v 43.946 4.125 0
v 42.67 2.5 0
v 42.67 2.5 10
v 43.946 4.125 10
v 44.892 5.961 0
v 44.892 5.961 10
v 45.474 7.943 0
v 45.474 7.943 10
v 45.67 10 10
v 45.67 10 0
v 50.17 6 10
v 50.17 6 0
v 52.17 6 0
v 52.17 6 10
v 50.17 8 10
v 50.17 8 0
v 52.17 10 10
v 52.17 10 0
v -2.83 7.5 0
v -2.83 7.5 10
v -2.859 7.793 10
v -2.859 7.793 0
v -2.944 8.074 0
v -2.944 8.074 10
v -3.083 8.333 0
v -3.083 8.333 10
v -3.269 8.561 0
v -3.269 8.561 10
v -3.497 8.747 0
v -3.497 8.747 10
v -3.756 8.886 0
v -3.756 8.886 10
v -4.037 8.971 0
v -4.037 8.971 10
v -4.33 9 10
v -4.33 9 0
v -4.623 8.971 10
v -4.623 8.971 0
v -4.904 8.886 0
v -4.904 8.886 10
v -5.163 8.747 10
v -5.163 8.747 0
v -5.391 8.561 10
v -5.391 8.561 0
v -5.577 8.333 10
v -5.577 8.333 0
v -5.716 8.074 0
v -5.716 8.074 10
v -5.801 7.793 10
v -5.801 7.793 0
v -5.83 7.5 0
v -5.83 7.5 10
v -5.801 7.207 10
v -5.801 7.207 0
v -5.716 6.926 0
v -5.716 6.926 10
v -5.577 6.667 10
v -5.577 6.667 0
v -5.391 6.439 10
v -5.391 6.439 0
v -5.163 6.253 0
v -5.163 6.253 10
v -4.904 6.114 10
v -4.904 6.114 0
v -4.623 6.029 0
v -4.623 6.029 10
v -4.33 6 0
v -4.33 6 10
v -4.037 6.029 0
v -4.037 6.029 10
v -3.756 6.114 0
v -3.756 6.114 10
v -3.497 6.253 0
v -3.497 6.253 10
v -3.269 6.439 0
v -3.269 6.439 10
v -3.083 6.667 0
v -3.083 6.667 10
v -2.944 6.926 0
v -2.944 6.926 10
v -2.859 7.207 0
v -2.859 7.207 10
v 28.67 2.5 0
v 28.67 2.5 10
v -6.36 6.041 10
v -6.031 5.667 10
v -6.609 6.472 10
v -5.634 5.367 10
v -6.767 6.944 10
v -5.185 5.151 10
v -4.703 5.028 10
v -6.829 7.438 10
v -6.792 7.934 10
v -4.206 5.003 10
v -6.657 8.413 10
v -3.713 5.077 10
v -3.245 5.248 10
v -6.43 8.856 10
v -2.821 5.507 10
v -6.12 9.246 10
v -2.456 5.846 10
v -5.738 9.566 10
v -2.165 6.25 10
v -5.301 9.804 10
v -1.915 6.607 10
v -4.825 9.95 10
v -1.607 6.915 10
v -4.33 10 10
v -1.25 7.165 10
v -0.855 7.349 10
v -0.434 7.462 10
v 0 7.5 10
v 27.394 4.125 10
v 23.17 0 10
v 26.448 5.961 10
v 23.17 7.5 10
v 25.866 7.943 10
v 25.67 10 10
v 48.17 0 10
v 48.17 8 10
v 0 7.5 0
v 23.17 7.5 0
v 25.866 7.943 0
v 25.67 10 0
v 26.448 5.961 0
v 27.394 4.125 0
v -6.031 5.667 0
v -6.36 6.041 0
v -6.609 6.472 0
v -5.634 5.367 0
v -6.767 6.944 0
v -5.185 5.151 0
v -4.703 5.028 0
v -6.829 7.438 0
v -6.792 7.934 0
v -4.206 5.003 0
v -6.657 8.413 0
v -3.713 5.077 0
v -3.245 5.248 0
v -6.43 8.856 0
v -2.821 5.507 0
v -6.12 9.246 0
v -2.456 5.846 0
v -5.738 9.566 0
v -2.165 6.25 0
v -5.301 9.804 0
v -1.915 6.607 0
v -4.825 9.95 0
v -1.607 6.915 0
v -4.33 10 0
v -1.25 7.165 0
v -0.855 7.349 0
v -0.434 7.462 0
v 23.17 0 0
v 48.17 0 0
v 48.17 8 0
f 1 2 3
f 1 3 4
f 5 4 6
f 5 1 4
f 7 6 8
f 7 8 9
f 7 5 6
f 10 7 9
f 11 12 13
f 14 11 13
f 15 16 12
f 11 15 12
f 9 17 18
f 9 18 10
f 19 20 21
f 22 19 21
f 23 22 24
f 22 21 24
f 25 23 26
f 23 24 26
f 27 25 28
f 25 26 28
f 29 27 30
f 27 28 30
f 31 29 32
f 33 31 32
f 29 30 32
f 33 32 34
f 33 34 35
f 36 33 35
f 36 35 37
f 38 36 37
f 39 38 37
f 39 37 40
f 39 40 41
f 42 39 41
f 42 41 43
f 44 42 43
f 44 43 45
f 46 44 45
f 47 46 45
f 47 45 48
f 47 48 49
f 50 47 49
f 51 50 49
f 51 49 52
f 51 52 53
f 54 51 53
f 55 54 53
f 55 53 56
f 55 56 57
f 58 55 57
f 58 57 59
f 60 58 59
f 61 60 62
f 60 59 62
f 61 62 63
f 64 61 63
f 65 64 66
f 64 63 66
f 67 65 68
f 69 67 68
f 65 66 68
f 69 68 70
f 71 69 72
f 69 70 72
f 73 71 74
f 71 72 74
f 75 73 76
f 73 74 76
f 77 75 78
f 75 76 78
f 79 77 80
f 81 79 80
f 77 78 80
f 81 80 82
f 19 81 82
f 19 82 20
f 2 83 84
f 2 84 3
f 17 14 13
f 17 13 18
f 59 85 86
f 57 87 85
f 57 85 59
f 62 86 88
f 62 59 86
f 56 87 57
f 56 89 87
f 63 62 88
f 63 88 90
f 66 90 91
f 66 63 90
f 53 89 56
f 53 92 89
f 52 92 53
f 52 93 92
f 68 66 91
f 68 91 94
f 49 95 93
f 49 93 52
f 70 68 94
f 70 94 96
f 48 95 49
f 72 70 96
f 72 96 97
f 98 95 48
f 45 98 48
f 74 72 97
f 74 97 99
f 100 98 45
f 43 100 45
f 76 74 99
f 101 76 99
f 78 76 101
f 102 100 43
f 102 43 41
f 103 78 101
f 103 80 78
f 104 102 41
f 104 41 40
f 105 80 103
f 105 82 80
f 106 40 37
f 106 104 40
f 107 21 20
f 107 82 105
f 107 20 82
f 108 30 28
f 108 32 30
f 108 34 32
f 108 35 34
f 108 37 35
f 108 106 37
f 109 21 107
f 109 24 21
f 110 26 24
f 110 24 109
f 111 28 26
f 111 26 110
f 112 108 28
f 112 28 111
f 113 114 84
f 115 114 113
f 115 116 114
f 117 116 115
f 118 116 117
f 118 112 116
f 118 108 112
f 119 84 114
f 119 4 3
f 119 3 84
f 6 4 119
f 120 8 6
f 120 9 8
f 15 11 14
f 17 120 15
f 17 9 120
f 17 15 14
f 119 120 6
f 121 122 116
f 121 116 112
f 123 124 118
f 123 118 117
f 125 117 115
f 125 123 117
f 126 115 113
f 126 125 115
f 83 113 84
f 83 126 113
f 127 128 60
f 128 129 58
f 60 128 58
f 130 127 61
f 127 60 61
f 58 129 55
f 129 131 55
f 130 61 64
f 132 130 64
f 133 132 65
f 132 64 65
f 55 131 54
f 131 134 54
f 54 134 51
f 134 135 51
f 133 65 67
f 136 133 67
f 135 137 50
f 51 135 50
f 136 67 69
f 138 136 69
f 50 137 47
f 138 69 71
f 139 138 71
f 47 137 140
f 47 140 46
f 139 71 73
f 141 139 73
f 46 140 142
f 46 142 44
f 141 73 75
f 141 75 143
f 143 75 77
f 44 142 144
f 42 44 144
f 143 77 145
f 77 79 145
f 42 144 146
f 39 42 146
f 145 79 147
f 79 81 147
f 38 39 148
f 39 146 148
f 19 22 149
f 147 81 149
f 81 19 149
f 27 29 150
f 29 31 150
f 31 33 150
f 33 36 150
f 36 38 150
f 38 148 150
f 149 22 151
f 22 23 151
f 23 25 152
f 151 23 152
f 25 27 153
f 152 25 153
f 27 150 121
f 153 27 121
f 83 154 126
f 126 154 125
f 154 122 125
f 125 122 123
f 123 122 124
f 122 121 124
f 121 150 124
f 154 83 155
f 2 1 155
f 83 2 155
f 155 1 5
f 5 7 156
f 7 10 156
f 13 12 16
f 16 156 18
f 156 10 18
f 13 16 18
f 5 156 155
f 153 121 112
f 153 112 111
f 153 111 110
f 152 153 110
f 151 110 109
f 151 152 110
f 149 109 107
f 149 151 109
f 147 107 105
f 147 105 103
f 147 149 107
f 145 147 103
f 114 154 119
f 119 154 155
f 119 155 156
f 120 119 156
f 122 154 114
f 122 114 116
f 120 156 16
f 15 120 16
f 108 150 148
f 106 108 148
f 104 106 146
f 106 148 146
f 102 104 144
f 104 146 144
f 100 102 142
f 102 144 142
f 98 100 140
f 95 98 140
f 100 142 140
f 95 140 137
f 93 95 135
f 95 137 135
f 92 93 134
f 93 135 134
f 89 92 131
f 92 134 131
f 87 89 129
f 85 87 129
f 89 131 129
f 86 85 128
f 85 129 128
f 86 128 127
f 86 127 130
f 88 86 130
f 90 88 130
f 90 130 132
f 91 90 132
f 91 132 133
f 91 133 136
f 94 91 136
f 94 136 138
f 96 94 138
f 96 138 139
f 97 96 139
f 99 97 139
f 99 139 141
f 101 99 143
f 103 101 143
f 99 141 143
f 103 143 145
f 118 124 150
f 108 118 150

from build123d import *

# Parameters (mm, degrees)
PAD_DEPTH    = 10
PAD001_DEPTH = 10
SKETCH002_R  = 1.5
POCKET_DEPTH = 10.001


with BuildPart() as part:
    # Sketch → Pad (new body)
    with BuildSketch(Plane.XY):
        with BuildLine():
            ThreePointArc((25.669873, 10), (26.447689, 5.961126), (28.669873, 2.5))
            Line((28.669873, 2.5), (42.669873, 2.5))
            ThreePointArc((42.669873, 2.5), (44.892057, 5.961126), (45.669873, 10))
            Line((48.169873, 10), (45.669873, 10))
            Line((48.169873, 0), (48.169873, 10))
            Line((23.169873, 0), (48.169873, 0))
            Line((23.169873, 0), (23.169873, 7.5))
            Line((23.169873, 7.5), (0, 7.5))
            ThreePointArc((0, 7.5), (-1.25, 7.165064), (-2.165064, 6.25))
            ThreePointArc((-4.330127, 10), (-6.495191, 6.25), (-2.165064, 6.25))
            Line((-4.330127, 10), (23.169873, 10))
            Line((25.669873, 10), (23.169873, 10))
        make_face()
    extrude(amount=PAD_DEPTH)

    # Sketch001 (on Face12 of Pad) → Pad001 (join)
    with BuildSketch(Plane.XY.offset(10)):
        Polygon((48.169873, 10), (48.169873, 8), (50.169873, 8), (50.169873, 6), (52.169873, 6), (52.169873, 10), align=None)
    extrude(amount=-PAD001_DEPTH)

    # Sketch002 (on Face17 of Pad001) → Pocket (cut, through all)
    with BuildSketch(Plane.XY.offset(10)):
        with Locations((-4.330127, 7.5)):
            Circle(SKETCH002_R)
    extrude(amount=-POCKET_DEPTH, mode=Mode.SUBTRACT)


solid = part.part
____________
=== WORK ITEM ===
Starting with the line that holds "f 78 76 101" and ending with the line that holds "f 136 133 67", retype every line in the data above exactly, and nothing else.

=== ANSWER TO THIS TASK ===
f 78 76 101
f 102 100 43
f 102 43 41
f 103 78 101
f 103 80 78
f 104 102 41
f 104 41 40
f 105 80 103
f 105 82 80
f 106 40 37
f 106 104 40
f 107 21 20
f 107 82 105
f 107 20 82
f 108 30 28
f 108 32 30
f 108 34 32
f 108 35 34
f 108 37 35
f 108 106 37
f 109 21 107
f 109 24 21
f 110 26 24
f 110 24 109
f 111 28 26
f 111 26 110
f 112 108 28
f 112 28 111
f 113 114 84
f 115 114 113
f 115 116 114
f 117 116 115
f 118 116 117
f 118 112 116
f 118 108 112
f 119 84 114
f 119 4 3
f 119 3 84
f 6 4 119
f 120 8 6
f 120 9 8
f 15 11 14
f 17 120 15
f 17 9 120
f 17 15 14
f 119 120 6
f 121 122 116
f 121 116 112
f 123 124 118
f 123 118 117
f 125 117 115
f 125 123 117
f 126 115 113
f 126 125 115
f 83 113 84
f 83 126 113
f 127 128 60
f 128 129 58
f 60 128 58
f 130 127 61
f 127 60 61
f 58 129 55
f 129 131 55
f 130 61 64
f 132 130 64
f 133 132 65
f 132 64 65
f 55 131 54
f 131 134 54
f 54 134 51
f 134 135 51
f 133 65 67
f 136 133 67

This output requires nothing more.